_Problem description_
State, as a number alone, how many lines of the data contain the string "revolve".
•••
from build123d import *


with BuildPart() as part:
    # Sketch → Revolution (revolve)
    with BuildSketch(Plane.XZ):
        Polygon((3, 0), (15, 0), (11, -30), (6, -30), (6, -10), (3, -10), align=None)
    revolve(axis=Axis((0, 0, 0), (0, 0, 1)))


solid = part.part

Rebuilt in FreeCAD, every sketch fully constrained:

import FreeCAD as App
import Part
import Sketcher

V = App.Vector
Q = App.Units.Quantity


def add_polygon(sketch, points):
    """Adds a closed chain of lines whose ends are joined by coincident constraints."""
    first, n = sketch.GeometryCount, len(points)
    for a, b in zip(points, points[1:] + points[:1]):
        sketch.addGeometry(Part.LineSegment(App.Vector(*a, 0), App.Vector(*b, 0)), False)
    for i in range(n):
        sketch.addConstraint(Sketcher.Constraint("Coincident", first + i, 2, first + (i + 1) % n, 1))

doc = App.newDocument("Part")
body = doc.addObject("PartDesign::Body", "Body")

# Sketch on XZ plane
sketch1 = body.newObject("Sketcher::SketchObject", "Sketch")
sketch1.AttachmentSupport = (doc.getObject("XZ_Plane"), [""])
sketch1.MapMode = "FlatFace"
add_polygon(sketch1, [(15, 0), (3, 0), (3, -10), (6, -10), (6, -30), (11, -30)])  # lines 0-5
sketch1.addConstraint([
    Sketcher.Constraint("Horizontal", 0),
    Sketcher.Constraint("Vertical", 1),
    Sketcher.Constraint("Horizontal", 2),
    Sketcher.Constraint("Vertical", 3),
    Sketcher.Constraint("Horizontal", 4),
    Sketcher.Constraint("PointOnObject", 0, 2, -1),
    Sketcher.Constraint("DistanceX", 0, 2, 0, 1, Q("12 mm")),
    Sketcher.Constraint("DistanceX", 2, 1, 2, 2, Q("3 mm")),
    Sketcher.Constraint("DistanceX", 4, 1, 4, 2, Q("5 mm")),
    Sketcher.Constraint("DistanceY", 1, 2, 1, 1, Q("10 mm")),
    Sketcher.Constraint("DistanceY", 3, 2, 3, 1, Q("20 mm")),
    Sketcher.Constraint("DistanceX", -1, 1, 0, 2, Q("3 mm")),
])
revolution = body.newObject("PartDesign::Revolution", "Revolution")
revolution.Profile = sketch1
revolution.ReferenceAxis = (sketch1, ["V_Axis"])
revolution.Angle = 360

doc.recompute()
•••
_Task response_
2